# REQUIRED WORK
From the entries that follow, copy exactly the lines beginning at the line holding "f 45 51 242" and continuing through the line holding "f 411 349 412".

# RECORD EXTRACTS
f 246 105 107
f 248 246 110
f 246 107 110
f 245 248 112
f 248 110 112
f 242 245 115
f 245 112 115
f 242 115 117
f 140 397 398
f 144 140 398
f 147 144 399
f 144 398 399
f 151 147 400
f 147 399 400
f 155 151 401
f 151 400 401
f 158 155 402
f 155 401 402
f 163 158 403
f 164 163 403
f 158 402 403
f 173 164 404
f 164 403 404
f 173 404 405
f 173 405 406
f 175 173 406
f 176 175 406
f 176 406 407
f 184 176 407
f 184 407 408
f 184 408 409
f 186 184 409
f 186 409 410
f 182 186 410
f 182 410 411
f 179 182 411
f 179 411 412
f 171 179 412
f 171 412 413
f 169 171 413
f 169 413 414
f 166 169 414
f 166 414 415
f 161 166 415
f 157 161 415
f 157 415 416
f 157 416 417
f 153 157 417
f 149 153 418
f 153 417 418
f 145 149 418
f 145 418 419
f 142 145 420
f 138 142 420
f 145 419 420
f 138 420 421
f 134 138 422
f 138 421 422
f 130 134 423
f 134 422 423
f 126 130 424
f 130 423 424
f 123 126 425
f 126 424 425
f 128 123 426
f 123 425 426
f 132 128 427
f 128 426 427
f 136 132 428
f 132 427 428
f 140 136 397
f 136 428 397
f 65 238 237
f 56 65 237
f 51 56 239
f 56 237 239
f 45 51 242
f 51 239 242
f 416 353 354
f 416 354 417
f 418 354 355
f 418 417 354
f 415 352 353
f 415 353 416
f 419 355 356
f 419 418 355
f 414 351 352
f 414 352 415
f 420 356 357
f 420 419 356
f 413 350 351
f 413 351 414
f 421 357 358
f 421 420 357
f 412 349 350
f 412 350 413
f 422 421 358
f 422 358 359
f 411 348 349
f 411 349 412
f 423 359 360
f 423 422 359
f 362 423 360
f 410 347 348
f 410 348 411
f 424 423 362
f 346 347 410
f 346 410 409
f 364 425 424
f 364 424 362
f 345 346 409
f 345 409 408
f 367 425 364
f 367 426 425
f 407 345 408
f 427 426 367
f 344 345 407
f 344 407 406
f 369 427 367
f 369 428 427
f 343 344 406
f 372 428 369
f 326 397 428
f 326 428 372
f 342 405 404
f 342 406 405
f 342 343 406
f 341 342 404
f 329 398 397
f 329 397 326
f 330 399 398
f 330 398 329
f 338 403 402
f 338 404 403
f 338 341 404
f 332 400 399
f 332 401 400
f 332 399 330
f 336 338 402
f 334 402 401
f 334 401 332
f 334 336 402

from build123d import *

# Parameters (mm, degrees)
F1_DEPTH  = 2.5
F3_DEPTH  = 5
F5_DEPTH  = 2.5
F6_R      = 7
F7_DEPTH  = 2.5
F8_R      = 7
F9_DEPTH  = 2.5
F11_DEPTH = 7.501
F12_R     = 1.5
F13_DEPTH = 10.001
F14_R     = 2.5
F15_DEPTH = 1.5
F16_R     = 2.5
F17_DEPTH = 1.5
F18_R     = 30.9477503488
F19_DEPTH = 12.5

# EXERCISE RESPONSE
f 45 51 242
f 51 239 242
f 416 353 354
f 416 354 417
f 418 354 355
f 418 417 354
f 415 352 353
f 415 353 416
f 419 355 356
f 419 418 355
f 414 351 352
f 414 352 415
f 420 356 357
f 420 419 356
f 413 350 351
f 413 351 414
f 421 357 358
f 421 420 357
f 412 349 350
f 412 350 413
f 422 421 358
f 422 358 359
f 411 348 349
f 411 349 412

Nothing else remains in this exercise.